(Stored items)
━━━━━━━━

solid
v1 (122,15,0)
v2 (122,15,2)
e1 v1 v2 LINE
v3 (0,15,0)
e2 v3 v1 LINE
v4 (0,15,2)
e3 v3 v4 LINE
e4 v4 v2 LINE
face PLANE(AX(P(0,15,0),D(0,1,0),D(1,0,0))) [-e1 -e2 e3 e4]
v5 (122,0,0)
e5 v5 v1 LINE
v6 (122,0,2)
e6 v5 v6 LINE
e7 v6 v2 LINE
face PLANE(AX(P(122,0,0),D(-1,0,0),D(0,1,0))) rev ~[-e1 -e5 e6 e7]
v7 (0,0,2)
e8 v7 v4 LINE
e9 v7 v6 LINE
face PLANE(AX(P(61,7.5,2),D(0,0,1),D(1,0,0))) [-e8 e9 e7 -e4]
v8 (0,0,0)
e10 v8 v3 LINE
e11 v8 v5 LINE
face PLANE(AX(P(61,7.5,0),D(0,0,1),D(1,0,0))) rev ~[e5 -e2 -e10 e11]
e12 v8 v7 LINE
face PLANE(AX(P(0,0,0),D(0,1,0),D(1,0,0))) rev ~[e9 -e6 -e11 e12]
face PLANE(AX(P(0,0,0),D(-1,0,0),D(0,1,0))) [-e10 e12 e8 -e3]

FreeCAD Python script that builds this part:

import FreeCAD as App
import Part
import Sketcher
from FreeCAD import Vector
Q = App.Units.Quantity

doc = App.newDocument("Part")
body = doc.addObject("PartDesign::Body", "Body")

sketch1 = body.newObject("Sketcher::SketchObject", "Sketch")
sketch1.AttachmentSupport = (doc.getObject("XY_Plane"), [""])
sketch1.MapMode = "FlatFace"
sketch1.addGeometry([
    Part.LineSegment(Vector(0, 15, 0), Vector(0, 0, 0)),
    Part.LineSegment(Vector(0, 0, 0), Vector(122, 0, 0)),
    Part.LineSegment(Vector(122, 0, 0), Vector(122, 15, 0)),
    Part.LineSegment(Vector(122, 15, 0), Vector(0, 15, 0)),
], False)
sketch1.addConstraint([
    Sketcher.Constraint("Coincident", 0, 2, 1, 1),
    Sketcher.Constraint("Coincident", 1, 2, 2, 1),
    Sketcher.Constraint("Coincident", 2, 2, 3, 1),
    Sketcher.Constraint("Coincident", 3, 2, 0, 1),
    Sketcher.Constraint("Vertical", 0),
    Sketcher.Constraint("Horizontal", 1),
    Sketcher.Constraint("Vertical", 2),
    Sketcher.Constraint("Horizontal", 3),
    Sketcher.Constraint("Coincident", 0, 2, -1, 1),
    Sketcher.Constraint("DistanceX", 1, 1, 1, 2, Q("122 mm")),
    Sketcher.Constraint("DistanceY", 0, 2, 0, 1, Q("15 mm")),
])
pad1 = body.newObject("PartDesign::Pad", "Pad")
pad1.Profile = sketch1
pad1.Length = 2

doc.recompute()
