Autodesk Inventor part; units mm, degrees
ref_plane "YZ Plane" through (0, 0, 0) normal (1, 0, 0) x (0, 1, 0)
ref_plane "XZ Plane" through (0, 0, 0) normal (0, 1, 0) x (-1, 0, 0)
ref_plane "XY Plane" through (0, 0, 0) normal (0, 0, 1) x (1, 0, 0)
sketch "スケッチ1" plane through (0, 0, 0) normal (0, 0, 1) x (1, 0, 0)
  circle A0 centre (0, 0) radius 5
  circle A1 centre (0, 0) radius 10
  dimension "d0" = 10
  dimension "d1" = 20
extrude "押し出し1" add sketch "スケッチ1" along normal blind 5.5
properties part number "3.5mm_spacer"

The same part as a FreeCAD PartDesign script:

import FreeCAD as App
import Part
import Sketcher
from FreeCAD import Vector
Q = App.Units.Quantity

doc = App.newDocument("Part")
body = doc.addObject("PartDesign::Body", "Body")

# Sketch on XY plane
sketch1 = body.newObject("Sketcher::SketchObject", "Sketch")
sketch1.AttachmentSupport = (doc.getObject("XY_Plane"), [""])
sketch1.MapMode = "FlatFace"
sketch1.addGeometry(Part.Circle(Vector(0, 0, 0), Vector(0, 0, 1), 10), False)
sketch1.addGeometry(Part.Circle(Vector(0, 0, 0), Vector(0, 0, 1), 5), False)
sketch1.addConstraint(Sketcher.Constraint("Coincident", 0, 3, -1, 1))
sketch1.addConstraint(Sketcher.Constraint("Coincident", 1, 3, -1, 1))
sketch1.addConstraint(Sketcher.Constraint("Diameter", 0, Q("20 mm")))
sketch1.addConstraint(Sketcher.Constraint("Diameter", 1, Q("10 mm")))
pad1 = body.newObject("PartDesign::Pad", "Pad")
pad1.Profile = sketch1
pad1.Length = 5.5

doc.recompute()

━━━━━━━━

EXERCISE BRIEF — Output, please, only the lines running from the start of the entries through the line that contains "FreeCAD Python script", including both of those lines.

EXERCISE ANSWER —
solid
v1 (122,15,0)
v2 (122,15,2)
e1 v1 v2 LINE
v3 (0,15,0)
e2 v3 v1 LINE
v4 (0,15,2)
e3 v3 v4 LINE
e4 v4 v2 LINE
face PLANE(AX(P(0,15,0),D(0,1,0),D(1,0,0))) [-e1 -e2 e3 e4]
v5 (122,0,0)
e5 v5 v1 LINE
v6 (122,0,2)
e6 v5 v6 LINE
e7 v6 v2 LINE
face PLANE(AX(P(122,0,0),D(-1,0,0),D(0,1,0))) rev ~[-e1 -e5 e6 e7]
v7 (0,0,2)
e8 v7 v4 LINE
e9 v7 v6 LINE
face PLANE(AX(P(61,7.5,2),D(0,0,1),D(1,0,0))) [-e8 e9 e7 -e4]
v8 (0,0,0)
e10 v8 v3 LINE
e11 v8 v5 LINE
face PLANE(AX(P(61,7.5,0),D(0,0,1),D(1,0,0))) rev ~[e5 -e2 -e10 e11]
e12 v8 v7 LINE
face PLANE(AX(P(0,0,0),D(0,1,0),D(1,0,0))) rev ~[e9 -e6 -e11 e12]
face PLANE(AX(P(0,0,0),D(-1,0,0),D(0,1,0))) [-e10 e12 e8 -e3]

FreeCAD Python script that builds this part:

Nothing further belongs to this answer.